The year continued. A second Christmas was celebrated. She and Maisie had to let out the seams in their clothes because they were growing so fast. Lady Howard made occasional visits to the nursery to see her children. And eventually her second Mothering Sunday came round, and she was walking across the fields to see her new brother.
He was so like Tommy it made her laugh out loud. He had the same round face, the same shock of brown hair, the same blue eyes, even the same chuckle.
‘Why Ma,’ she said. ‘They’re like peas in a pod.’
‘It’s a good pattern,’ Tommy said cheerfully, ‘so she used it again, didn’tcher Ma?’ He’d grown taller since Rosie saw him last and said he was looking forward to starting work.
‘We got him took on at Langford farm,’ Pa said. ‘He’ll do orl right there, won’t you son, ploughing an’ all. He’ll be startin’ come harvest time, what’s a good time to start.’
‘I got some material for you,’ Ma said. ‘I thought it might make a warm jacket. It’s a lovely colour, sort a’ russet with red flecks in. Come an’ see. That blouse is nice. Did you get it with your wages?’
Rosie spent rather longer at home that day because she’d arranged to catch the last train back and she made the most of every minute, cuddling the baby, which pleased Ma, letting Edie sit next to her all through dinner which pleased them all and entertaining them with tales from the castle.
‘It’s ever so lovely having you home, our Rosie,’ Tess said as they walked to the station in the half light of a gathering dusk. ‘I wish you could come home every Sunday.’

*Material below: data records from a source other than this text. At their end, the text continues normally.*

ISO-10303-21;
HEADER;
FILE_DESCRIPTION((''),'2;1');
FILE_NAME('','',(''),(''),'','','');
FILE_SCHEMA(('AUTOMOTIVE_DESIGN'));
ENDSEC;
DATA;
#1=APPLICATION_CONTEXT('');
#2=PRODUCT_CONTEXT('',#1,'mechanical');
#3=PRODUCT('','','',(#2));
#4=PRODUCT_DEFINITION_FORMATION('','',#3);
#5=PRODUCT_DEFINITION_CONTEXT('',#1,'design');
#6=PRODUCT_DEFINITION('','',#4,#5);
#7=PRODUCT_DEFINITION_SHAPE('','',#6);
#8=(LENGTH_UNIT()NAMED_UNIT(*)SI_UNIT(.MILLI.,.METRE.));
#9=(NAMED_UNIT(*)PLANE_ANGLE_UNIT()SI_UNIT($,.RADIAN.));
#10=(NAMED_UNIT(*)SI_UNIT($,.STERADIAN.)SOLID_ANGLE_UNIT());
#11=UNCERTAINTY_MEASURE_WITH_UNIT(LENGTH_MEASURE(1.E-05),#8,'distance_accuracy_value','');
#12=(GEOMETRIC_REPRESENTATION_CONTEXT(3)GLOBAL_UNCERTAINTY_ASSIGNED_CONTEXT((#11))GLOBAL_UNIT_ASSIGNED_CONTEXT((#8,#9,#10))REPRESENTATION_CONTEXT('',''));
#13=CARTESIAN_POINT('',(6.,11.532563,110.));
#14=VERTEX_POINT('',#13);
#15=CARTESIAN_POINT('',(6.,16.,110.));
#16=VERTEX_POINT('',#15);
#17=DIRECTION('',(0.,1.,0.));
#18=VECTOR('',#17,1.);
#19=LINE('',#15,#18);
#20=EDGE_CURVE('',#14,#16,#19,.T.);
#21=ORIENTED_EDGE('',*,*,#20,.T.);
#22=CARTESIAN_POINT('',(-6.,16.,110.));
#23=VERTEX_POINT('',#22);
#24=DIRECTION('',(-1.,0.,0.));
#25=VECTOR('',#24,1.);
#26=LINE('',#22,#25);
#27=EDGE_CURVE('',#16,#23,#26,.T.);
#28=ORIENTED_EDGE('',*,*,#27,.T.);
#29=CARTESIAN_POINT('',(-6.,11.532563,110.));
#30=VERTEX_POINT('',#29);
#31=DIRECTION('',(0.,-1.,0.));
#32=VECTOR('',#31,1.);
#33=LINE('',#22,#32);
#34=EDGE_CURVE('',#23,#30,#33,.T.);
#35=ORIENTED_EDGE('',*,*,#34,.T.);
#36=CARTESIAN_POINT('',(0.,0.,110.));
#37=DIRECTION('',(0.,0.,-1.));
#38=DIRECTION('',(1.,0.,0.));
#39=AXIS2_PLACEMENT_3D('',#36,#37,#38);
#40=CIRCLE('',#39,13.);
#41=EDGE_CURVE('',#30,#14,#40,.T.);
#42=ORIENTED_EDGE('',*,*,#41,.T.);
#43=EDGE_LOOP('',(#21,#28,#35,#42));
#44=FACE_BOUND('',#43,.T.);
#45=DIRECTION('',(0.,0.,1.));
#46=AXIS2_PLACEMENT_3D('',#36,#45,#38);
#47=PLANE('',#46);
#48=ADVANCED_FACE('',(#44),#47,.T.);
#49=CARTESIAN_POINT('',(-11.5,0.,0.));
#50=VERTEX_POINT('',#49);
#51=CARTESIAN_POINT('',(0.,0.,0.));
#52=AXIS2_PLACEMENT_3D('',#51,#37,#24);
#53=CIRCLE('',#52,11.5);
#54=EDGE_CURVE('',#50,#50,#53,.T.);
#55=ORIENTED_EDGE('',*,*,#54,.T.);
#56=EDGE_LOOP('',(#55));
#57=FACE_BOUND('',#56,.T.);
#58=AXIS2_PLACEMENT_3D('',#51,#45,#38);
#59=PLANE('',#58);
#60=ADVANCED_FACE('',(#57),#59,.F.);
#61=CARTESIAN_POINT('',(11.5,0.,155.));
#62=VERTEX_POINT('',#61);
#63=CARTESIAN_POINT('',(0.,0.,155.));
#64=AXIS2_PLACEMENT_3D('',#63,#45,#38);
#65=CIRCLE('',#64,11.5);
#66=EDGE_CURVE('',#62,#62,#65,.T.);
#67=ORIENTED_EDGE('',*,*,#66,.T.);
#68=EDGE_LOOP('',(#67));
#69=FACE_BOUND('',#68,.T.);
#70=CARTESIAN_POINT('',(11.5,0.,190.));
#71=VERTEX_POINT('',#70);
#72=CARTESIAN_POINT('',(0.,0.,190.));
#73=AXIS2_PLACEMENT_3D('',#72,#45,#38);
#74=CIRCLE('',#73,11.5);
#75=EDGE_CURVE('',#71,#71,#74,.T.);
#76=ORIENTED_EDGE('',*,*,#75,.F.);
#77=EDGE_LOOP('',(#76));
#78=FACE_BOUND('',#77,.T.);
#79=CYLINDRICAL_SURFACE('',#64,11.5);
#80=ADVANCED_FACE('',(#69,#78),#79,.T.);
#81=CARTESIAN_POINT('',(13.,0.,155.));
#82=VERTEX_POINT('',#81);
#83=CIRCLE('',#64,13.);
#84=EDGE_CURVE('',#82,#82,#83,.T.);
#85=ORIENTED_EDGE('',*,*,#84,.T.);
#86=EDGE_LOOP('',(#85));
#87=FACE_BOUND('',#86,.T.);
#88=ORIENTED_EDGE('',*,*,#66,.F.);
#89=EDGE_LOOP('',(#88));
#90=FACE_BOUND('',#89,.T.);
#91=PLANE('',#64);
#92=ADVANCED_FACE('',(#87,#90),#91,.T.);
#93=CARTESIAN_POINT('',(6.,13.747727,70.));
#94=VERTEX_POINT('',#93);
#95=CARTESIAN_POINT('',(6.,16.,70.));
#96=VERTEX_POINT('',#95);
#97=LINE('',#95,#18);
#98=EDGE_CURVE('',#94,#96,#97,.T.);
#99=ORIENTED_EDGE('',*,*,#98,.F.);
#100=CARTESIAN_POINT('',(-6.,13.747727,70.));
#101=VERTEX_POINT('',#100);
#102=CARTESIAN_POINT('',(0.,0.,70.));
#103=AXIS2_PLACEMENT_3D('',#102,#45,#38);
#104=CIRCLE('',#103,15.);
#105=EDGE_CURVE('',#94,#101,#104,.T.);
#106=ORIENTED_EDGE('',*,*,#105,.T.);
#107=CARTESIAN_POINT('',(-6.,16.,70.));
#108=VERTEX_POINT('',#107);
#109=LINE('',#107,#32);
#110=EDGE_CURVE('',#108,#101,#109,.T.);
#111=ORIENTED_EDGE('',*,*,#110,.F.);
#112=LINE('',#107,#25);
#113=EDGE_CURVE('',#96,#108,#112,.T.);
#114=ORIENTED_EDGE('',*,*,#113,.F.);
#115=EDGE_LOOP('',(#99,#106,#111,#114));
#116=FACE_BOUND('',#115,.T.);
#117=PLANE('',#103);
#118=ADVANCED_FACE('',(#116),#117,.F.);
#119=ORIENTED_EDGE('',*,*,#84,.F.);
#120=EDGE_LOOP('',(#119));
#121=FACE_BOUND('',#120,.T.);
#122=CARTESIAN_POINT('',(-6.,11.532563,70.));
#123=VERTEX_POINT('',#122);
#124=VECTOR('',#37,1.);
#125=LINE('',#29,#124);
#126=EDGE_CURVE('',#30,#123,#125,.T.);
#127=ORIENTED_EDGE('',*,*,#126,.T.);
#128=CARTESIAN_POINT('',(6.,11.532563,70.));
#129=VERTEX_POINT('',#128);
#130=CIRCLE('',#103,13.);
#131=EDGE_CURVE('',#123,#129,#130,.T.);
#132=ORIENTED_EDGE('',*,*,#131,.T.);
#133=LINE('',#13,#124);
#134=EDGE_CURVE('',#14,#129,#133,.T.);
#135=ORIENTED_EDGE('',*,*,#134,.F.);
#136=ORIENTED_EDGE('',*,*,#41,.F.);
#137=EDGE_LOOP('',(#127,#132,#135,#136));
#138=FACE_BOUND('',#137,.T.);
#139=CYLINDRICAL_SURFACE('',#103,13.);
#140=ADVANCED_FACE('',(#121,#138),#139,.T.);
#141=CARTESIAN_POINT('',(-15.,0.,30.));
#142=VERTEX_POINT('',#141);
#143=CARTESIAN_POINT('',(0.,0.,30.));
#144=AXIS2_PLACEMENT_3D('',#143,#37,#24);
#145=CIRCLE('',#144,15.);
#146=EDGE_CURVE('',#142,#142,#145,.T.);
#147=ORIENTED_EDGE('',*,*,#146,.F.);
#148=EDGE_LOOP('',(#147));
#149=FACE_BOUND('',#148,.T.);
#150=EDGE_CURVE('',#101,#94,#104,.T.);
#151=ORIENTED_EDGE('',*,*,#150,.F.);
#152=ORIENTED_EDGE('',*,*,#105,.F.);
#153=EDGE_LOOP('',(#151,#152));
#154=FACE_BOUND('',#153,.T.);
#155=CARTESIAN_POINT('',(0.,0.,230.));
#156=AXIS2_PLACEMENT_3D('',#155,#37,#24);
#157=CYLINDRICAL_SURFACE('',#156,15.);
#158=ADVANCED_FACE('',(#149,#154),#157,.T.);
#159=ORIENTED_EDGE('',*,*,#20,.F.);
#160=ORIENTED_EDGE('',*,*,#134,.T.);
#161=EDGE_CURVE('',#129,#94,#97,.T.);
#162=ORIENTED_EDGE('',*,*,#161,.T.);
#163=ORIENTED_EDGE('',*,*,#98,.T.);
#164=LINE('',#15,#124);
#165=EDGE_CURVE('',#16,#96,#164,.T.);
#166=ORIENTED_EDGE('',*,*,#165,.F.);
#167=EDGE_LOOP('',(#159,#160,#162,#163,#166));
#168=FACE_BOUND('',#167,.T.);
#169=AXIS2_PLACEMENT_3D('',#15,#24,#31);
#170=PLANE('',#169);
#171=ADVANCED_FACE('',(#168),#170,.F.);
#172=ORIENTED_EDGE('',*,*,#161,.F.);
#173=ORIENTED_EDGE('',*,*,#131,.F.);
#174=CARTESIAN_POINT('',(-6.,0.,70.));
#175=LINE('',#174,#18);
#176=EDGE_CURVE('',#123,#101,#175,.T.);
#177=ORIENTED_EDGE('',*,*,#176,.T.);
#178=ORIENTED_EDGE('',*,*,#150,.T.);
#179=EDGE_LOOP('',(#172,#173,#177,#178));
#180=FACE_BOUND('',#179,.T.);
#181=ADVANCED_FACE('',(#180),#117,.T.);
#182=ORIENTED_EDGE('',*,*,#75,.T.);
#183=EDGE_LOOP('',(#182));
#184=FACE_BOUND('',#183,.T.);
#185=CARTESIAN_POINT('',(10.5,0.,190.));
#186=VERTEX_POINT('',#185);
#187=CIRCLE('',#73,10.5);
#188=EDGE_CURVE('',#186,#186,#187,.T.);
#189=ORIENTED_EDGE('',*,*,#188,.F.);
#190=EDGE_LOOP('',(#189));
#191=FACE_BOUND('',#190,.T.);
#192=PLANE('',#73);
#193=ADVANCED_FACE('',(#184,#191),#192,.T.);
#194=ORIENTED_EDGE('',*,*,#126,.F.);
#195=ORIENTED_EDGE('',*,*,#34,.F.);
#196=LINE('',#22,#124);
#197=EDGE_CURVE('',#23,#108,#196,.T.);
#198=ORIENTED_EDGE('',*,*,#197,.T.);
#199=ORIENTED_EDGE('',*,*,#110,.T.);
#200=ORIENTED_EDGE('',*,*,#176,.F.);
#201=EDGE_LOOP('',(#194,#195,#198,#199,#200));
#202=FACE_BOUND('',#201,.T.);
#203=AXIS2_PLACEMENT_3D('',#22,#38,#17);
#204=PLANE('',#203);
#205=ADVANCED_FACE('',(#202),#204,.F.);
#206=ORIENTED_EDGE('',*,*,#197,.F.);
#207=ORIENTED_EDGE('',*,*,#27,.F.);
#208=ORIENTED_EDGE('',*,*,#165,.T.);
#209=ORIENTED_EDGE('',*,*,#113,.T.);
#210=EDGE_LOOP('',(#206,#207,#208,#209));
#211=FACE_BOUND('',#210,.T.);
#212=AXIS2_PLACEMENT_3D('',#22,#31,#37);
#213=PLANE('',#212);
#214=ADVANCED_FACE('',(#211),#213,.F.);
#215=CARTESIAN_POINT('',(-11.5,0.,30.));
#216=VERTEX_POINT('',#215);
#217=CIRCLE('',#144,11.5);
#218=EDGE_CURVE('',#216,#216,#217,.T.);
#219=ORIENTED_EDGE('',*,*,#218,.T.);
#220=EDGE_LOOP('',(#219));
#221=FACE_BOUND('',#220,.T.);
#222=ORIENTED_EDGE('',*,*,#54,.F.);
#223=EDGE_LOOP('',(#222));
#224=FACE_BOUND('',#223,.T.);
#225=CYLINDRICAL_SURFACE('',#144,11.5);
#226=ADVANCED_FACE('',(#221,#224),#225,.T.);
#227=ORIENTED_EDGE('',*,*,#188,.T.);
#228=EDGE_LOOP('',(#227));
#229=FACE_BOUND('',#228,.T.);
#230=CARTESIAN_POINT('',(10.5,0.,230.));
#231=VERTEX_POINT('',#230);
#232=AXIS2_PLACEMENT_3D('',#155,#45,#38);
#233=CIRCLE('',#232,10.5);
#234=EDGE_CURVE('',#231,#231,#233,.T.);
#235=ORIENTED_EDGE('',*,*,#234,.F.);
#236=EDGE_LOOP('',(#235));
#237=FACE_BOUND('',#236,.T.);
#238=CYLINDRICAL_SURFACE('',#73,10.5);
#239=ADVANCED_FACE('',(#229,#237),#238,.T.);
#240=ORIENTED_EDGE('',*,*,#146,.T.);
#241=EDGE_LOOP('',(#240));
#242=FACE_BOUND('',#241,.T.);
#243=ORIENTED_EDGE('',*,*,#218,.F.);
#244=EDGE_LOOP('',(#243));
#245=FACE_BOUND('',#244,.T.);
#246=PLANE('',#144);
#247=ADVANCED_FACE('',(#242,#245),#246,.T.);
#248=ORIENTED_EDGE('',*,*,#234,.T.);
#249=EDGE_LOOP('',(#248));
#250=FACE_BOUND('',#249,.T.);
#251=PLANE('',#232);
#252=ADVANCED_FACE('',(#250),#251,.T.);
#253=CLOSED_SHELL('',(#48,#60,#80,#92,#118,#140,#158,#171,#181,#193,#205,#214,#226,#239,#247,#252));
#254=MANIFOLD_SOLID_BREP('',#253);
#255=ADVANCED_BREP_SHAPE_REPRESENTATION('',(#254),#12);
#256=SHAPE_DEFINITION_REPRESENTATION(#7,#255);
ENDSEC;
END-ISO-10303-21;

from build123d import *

# Parameters (mm, degrees)
SKETCH2_R           = 15
BOSS_EXTRUDE1_DEPTH = 230
CUT_EXTRUDE1_START  = -160
SKETCH3_R           = 15
SKETCH3_R_2         = 13
CUT_EXTRUDE1_DEPTH  = 160
CUT_EXTRUDE3_START  = -75
SKETCH4_R           = 13
SKETCH4_R_2         = 11.5
CUT_EXTRUDE3_DEPTH  = 75
CUT_EXTRUDE4_START  = -40
SKETCH5_R           = 11.5
SKETCH5_R_2         = 10.5
CUT_EXTRUDE4_DEPTH  = 40
SKETCH6_R           = 15
SKETCH6_R_2         = 11.5
CUT_EXTRUDE5_DEPTH  = 30
BOSS_EXTRUDE2_DEPTH = 40


with BuildPart() as part:
    # Sketch2 → Boss-Extrude1 (new body)
    with BuildSketch(Plane.XY):
        Circle(SKETCH2_R)
    extrude(amount=BOSS_EXTRUDE1_DEPTH)

    # Sketch3 → Cut-Extrude1 (cut)
    with BuildSketch(Plane.XY.offset(230).offset(CUT_EXTRUDE1_START)):
        Circle(SKETCH3_R)
        Circle(SKETCH3_R_2, mode=Mode.SUBTRACT)
    extrude(amount=CUT_EXTRUDE1_DEPTH, mode=Mode.SUBTRACT)

    # Sketch4 → Cut-Extrude3 (cut)
    with BuildSketch(Plane.XY.offset(230).offset(CUT_EXTRUDE3_START)):
        Circle(SKETCH4_R)
        Circle(SKETCH4_R_2, mode=Mode.SUBTRACT)
    extrude(amount=CUT_EXTRUDE3_DEPTH, mode=Mode.SUBTRACT)

    # Sketch5 → Cut-Extrude4 (cut)
    with BuildSketch(Plane.XY.offset(230).offset(CUT_EXTRUDE4_START)):
        Circle(SKETCH5_R)
        Circle(SKETCH5_R_2, mode=Mode.SUBTRACT)
    extrude(amount=CUT_EXTRUDE4_DEPTH, mode=Mode.SUBTRACT)

    # Sketch6 → Cut-Extrude5 (cut)
    with BuildSketch(Plane(origin=(0, 0, 0), x_dir=(-1, 0, 0), z_dir=(0, 0, -1))):
        Circle(SKETCH6_R)
        with Locations(Location((0, 0, 0), (0, 0, 180))):
            Circle(SKETCH6_R_2, mode=Mode.SUBTRACT)
    extrude(amount=-CUT_EXTRUDE5_DEPTH, mode=Mode.SUBTRACT)

    # Sketch8 → Boss-Extrude2 (add)
    with BuildSketch(Plane.XY.offset(70)):
        with BuildLine():
            Line((-6, 16), (6, 16))
            Line((6, 16), (6, 11.532562595))
            ThreePointArc((6, 11.532562595), (0, 13), (-6, 11.532562595))
            Line((-6, 11.532562595), (-6, 16))
        make_face()
    extrude(amount=BOSS_EXTRUDE2_DEPTH)


solid = part.part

‘So do I,’ Rosie told her, giving her a hug, ‘but that ent the way the world works. Hope you gets on all right with your job, our Tommy. Write an’ tell me.’
He wrote to her once a week as soon as he’d started work and his letters were cheerful and spoke warmly of the two other boys he was working with, who he said were ‘good sorts’. But by November a new tone was beginning to creep in.
‘You get teased sommink cronic by the men,’ he wrote. ‘My hands are all over blisters wot you woudden believe.’
‘It ent the best of worlds being at work,’ she wrote back. ‘We just got to get on with it, that’s all. At least you get home of a Sunday, which is more than I do.’
And she was thinking, you don’t have to put up with the mucky business of ‘being a woman’.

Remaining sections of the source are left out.